(Beginning of Data for review)

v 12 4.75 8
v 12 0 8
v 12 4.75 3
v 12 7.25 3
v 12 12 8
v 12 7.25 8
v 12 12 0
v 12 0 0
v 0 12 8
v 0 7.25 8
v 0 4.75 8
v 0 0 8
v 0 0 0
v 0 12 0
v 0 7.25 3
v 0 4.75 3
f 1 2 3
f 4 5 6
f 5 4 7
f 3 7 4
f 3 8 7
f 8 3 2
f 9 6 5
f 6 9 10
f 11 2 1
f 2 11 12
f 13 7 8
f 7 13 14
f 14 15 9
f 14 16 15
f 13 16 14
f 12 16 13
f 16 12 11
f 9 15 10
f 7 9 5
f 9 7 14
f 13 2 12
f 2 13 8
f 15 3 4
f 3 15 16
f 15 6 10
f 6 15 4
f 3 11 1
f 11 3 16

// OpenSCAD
$fn = 32;

// ----------------------------------------------------------------------
// Micro clip: slotted block, 5-20 mm class
// ----------------------------------------------------------------------

// --- parameters (mm) ---
block_l = 12;             // block length, X
block_w = 12;             // block width, Y
block_h = 8;              // block height, Z
slot_w = 2.5;             // slot width
slot_d = 5;               // slot depth from the top
fit_tol = 0.1;            // tolerance for press fits, mm
free_tol = 0.5;           // tolerance for clearance fits, mm

difference() {
  cube([block_l, block_w, block_h]);
  translate([-1, block_w / 2 - slot_w / 2, block_h - slot_d])
    cube([block_l + 2, slot_w, slot_d + 1]);
}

(End of Data for review)

--- What the exercise asks ---
Retype all of the material, keeping each line exact.

--- Solution below ---
v 12 4.75 8
v 12 0 8
v 12 4.75 3
v 12 7.25 3
v 12 12 8
v 12 7.25 8
v 12 12 0
v 12 0 0
v 0 12 8
v 0 7.25 8
v 0 4.75 8
v 0 0 8
v 0 0 0
v 0 12 0
v 0 7.25 3
v 0 4.75 3
f 1 2 3
f 4 5 6
f 5 4 7
f 3 7 4
f 3 8 7
f 8 3 2
f 9 6 5
f 6 9 10
f 11 2 1
f 2 11 12
f 13 7 8
f 7 13 14
f 14 15 9
f 14 16 15
f 13 16 14
f 12 16 13
f 16 12 11
f 9 15 10
f 7 9 5
f 9 7 14
f 13 2 12
f 2 13 8
f 15 3 4
f 3 15 16
f 15 6 10
f 6 15 4
f 3 11 1
f 11 3 16

// OpenSCAD
$fn = 32;

// ----------------------------------------------------------------------
// Micro clip: slotted block, 5-20 mm class
// ----------------------------------------------------------------------

// --- parameters (mm) ---
block_l = 12;             // block length, X
block_w = 12;             // block width, Y
block_h = 8;              // block height, Z
slot_w = 2.5;             // slot width
slot_d = 5;               // slot depth from the top
fit_tol = 0.1;            // tolerance for press fits, mm
free_tol = 0.5;           // tolerance for clearance fits, mm

difference() {
  cube([block_l, block_w, block_h]);
  translate([-1, block_w / 2 - slot_w / 2, block_h - slot_d])
    cube([block_l + 2, slot_w, slot_d + 1]);
}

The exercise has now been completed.